#### What this task involves:
Quote exactly and only this range of lines in the data below: the line that holds "f 194 50 76" to the line that holds "f 46 209 87", both included.

Exercise materials Block Start

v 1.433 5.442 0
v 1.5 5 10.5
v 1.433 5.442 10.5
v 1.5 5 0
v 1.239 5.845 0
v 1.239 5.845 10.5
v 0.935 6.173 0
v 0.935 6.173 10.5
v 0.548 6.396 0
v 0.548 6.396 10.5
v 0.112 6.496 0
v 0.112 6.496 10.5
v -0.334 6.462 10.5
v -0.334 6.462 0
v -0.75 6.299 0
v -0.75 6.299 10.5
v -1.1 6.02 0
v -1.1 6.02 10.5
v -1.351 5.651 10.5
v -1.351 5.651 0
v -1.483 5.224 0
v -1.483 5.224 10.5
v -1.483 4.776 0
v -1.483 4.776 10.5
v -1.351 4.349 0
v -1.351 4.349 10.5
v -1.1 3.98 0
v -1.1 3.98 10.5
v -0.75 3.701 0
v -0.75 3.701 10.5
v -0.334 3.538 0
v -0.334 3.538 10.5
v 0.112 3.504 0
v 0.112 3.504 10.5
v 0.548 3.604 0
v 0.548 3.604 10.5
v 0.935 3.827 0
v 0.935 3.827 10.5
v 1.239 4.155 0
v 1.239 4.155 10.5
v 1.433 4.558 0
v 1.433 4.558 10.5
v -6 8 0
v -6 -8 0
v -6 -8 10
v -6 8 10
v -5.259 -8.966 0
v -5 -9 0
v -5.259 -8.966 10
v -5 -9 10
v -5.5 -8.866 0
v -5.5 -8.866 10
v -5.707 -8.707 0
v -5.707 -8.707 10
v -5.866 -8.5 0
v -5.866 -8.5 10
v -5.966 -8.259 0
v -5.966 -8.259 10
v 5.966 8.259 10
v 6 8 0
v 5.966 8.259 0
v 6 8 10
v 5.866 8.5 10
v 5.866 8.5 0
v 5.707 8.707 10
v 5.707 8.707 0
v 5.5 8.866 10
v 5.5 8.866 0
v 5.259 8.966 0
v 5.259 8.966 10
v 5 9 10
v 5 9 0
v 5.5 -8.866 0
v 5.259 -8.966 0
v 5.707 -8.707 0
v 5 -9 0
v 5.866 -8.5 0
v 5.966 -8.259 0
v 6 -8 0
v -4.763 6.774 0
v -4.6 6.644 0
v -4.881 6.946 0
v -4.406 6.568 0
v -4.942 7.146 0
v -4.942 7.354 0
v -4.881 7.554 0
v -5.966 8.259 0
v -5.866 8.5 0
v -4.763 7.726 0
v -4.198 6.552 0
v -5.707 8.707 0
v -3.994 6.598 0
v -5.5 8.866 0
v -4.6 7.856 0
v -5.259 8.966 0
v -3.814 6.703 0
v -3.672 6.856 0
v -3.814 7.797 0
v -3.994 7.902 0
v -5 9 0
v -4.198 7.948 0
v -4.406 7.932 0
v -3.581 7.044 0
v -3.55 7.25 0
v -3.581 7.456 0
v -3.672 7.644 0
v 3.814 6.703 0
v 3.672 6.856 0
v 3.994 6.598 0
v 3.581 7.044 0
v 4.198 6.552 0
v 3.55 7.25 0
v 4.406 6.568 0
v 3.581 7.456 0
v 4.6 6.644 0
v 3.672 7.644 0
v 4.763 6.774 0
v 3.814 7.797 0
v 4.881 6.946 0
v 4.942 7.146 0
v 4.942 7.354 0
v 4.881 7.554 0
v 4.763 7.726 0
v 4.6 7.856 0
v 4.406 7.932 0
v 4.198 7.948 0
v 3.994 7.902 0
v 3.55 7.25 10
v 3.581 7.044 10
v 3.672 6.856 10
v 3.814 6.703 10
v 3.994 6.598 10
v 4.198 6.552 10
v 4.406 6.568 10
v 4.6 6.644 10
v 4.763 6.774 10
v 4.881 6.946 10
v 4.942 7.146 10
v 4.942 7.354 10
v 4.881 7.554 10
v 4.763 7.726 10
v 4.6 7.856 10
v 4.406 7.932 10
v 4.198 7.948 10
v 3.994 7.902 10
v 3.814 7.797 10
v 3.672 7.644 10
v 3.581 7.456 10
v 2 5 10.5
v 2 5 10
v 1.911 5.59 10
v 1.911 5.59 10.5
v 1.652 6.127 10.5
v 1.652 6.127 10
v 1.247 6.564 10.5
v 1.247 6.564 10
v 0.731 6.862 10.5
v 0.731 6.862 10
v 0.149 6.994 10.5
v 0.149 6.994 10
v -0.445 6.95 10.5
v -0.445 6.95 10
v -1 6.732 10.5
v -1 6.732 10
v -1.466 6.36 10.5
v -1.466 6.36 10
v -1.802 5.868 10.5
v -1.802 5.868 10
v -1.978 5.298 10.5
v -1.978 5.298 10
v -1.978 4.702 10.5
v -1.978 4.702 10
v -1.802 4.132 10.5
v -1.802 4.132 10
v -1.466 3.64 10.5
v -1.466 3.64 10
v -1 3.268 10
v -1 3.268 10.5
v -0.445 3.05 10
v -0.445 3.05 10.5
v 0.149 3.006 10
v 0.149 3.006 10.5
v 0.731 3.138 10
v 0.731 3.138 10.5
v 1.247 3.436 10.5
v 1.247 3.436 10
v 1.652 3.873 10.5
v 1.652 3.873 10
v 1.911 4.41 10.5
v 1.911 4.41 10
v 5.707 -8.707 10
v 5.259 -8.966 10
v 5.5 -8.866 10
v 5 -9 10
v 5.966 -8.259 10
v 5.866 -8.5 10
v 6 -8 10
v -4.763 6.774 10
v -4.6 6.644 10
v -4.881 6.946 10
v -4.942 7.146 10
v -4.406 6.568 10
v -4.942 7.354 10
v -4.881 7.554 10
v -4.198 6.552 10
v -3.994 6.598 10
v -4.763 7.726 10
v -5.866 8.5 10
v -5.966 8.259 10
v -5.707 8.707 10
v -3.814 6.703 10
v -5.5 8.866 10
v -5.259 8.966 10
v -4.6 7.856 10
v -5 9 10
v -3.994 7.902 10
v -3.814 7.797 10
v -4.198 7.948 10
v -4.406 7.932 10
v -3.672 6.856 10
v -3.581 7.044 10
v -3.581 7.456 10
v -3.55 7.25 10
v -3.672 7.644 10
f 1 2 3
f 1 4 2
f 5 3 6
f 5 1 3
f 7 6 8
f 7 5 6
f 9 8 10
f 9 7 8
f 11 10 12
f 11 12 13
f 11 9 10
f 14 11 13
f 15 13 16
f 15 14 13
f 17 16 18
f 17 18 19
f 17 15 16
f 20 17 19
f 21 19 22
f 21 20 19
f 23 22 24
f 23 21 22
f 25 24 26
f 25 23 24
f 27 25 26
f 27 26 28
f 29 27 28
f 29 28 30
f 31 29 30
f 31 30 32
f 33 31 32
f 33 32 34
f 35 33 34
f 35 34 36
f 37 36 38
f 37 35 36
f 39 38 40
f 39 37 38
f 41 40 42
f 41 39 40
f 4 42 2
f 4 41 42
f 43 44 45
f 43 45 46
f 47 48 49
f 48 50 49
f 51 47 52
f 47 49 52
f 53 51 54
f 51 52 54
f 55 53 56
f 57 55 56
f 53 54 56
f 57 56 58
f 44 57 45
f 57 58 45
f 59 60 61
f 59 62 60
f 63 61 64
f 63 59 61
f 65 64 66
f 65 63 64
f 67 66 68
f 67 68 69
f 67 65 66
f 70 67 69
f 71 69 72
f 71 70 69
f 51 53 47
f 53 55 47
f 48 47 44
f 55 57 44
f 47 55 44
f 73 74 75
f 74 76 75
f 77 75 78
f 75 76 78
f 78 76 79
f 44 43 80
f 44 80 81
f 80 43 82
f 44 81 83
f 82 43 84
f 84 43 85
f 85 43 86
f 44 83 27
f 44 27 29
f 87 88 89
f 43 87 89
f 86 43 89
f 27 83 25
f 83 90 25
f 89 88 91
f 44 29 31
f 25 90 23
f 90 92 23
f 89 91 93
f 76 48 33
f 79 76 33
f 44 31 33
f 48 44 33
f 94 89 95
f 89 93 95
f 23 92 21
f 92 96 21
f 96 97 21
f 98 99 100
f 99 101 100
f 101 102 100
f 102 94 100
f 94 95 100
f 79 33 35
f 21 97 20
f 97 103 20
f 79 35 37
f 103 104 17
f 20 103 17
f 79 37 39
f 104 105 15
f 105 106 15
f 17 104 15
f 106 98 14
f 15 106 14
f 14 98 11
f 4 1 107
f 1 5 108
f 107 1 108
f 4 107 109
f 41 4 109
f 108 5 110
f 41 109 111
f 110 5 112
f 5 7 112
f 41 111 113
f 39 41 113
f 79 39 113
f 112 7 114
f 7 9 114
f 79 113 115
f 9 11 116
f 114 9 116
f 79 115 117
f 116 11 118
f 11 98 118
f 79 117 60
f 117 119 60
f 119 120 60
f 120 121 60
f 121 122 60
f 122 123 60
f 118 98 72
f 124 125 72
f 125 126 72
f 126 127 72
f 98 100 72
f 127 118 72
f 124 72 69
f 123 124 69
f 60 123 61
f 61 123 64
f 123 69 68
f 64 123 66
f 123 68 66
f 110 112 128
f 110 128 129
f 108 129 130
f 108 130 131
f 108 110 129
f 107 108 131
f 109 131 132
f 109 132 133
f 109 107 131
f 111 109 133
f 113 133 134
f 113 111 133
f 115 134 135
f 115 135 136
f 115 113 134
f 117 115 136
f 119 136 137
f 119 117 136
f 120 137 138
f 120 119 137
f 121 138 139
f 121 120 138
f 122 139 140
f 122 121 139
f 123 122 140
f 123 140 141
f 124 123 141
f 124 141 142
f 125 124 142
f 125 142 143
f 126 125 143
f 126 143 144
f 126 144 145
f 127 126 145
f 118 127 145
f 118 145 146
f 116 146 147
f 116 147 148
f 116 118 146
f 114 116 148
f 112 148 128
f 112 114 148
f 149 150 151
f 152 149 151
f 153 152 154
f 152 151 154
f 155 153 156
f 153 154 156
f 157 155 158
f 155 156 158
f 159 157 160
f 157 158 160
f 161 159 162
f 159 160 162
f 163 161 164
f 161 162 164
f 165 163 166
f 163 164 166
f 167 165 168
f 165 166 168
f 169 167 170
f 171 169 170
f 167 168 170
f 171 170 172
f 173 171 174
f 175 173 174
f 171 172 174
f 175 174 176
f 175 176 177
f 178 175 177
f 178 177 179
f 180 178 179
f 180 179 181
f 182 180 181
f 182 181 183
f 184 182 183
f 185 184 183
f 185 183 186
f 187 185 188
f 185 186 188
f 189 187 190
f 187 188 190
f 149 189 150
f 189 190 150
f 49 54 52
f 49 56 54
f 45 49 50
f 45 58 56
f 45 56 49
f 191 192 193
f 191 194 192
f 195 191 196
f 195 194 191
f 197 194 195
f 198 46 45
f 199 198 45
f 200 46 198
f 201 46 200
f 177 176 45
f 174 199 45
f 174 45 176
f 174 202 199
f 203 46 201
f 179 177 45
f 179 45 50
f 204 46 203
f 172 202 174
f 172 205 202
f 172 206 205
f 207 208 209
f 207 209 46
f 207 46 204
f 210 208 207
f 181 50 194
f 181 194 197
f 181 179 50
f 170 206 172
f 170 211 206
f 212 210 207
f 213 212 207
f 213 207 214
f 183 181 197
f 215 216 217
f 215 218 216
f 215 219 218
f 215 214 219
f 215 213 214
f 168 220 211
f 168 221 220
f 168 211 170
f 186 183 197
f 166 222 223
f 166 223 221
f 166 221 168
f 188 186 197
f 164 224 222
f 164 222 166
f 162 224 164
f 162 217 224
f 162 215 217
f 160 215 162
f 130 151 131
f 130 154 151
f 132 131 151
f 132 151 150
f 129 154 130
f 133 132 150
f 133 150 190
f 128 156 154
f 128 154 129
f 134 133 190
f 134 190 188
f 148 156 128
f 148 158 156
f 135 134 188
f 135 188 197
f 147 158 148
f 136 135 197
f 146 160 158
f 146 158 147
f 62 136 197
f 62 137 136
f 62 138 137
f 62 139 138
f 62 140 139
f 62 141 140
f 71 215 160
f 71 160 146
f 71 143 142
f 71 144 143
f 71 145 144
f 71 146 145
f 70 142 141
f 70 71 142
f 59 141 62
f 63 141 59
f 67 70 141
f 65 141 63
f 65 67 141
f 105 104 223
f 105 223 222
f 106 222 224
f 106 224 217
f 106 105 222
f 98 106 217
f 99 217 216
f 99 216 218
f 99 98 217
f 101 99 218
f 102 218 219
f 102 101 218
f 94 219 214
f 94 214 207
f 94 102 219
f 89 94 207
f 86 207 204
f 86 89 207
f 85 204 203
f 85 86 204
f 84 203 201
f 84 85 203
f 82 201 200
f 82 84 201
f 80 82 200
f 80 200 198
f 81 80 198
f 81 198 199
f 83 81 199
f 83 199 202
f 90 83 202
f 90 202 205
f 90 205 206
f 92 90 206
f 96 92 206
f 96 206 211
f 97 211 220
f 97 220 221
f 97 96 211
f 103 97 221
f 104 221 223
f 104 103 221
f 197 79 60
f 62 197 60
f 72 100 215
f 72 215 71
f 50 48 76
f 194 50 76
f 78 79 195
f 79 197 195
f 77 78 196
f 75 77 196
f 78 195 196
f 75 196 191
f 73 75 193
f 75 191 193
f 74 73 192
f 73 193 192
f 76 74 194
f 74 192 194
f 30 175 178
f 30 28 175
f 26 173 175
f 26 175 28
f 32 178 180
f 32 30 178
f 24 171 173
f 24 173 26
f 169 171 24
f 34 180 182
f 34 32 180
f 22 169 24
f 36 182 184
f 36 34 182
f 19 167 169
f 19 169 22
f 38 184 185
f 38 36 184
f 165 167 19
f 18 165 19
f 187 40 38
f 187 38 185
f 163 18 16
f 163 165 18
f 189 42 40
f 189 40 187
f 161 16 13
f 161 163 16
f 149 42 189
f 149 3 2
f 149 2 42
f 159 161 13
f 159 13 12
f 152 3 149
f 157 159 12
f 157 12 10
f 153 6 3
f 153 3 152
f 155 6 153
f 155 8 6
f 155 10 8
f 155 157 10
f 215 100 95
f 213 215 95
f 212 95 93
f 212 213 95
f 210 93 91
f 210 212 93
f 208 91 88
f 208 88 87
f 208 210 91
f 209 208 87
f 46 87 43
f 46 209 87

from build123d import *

# Parameters (mm, degrees)
SKETCH_1_W      = 12
SKETCH_1_H      = 18
SKETCH_1_R      = 1.5
SKETCH_1_R_2    = 0.7
EXTRUDE_1_DEPTH = 10
SKETCH_2_R      = 2
SKETCH_2_R_2    = 1.5
EXTRUDE_2_DEPTH = 0.5
FILLET_1_R      = 1


with BuildPart() as part:
    # 草图1 → 凸台-拉伸1 (new body)
    with BuildSketch(Plane.XY):
        Rectangle(SKETCH_1_W, SKETCH_1_H)
        with Locations((0, 5)):
            Circle(SKETCH_1_R, mode=Mode.SUBTRACT)
        with Locations((-4.25, 7.25)):
            Circle(SKETCH_1_R_2, mode=Mode.SUBTRACT)
        with Locations(Location((4.25, 7.25, 0), (0, 0, 180))):
            Circle(SKETCH_1_R_2, mode=Mode.SUBTRACT)
    extrude(amount=EXTRUDE_1_DEPTH)

    # 草图2 → 凸台-拉伸2 (add)
    with BuildSketch(Plane.XY.offset(10)):
        with Locations((0, 5)):
            Circle(SKETCH_2_R)
        with Locations((0, 5)):
            Circle(SKETCH_2_R_2, mode=Mode.SUBTRACT)
    extrude(amount=EXTRUDE_2_DEPTH)

    # 圆角1
    fillet_1_edges = [part.edges().sort_by_distance(p)[0] for p in [
        (-6, 9, 5),
        (6, 9, 5),
        (6, -9, 5),
        (-6, -9, 5),
    ]]
    fillet(fillet_1_edges, radius=FILLET_1_R)


solid = part.part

Exercise materials Block End

#### Result of this exercise:
f 194 50 76
f 78 79 195
f 79 197 195
f 77 78 196
f 75 77 196
f 78 195 196
f 75 196 191
f 73 75 193
f 75 191 193
f 74 73 192
f 73 193 192
f 76 74 194
f 74 192 194
f 30 175 178
f 30 28 175
f 26 173 175
f 26 175 28
f 32 178 180
f 32 30 178
f 24 171 173
f 24 173 26
f 169 171 24
f 34 180 182
f 34 32 180
f 22 169 24
f 36 182 184
f 36 34 182
f 19 167 169
f 19 169 22
f 38 184 185
f 38 36 184
f 165 167 19
f 18 165 19
f 187 40 38
f 187 38 185
f 163 18 16
f 163 165 18
f 189 42 40
f 189 40 187
f 161 16 13
f 161 163 16
f 149 42 189
f 149 3 2
f 149 2 42
f 159 161 13
f 159 13 12
f 152 3 149
f 157 159 12
f 157 12 10
f 153 6 3
f 153 3 152
f 155 6 153
f 155 8 6
f 155 10 8
f 155 157 10
f 215 100 95
f 213 215 95
f 212 95 93
f 212 213 95
f 210 93 91
f 210 212 93
f 208 91 88
f 208 88 87
f 208 210 91
f 209 208 87
f 46 87 43
f 46 209 87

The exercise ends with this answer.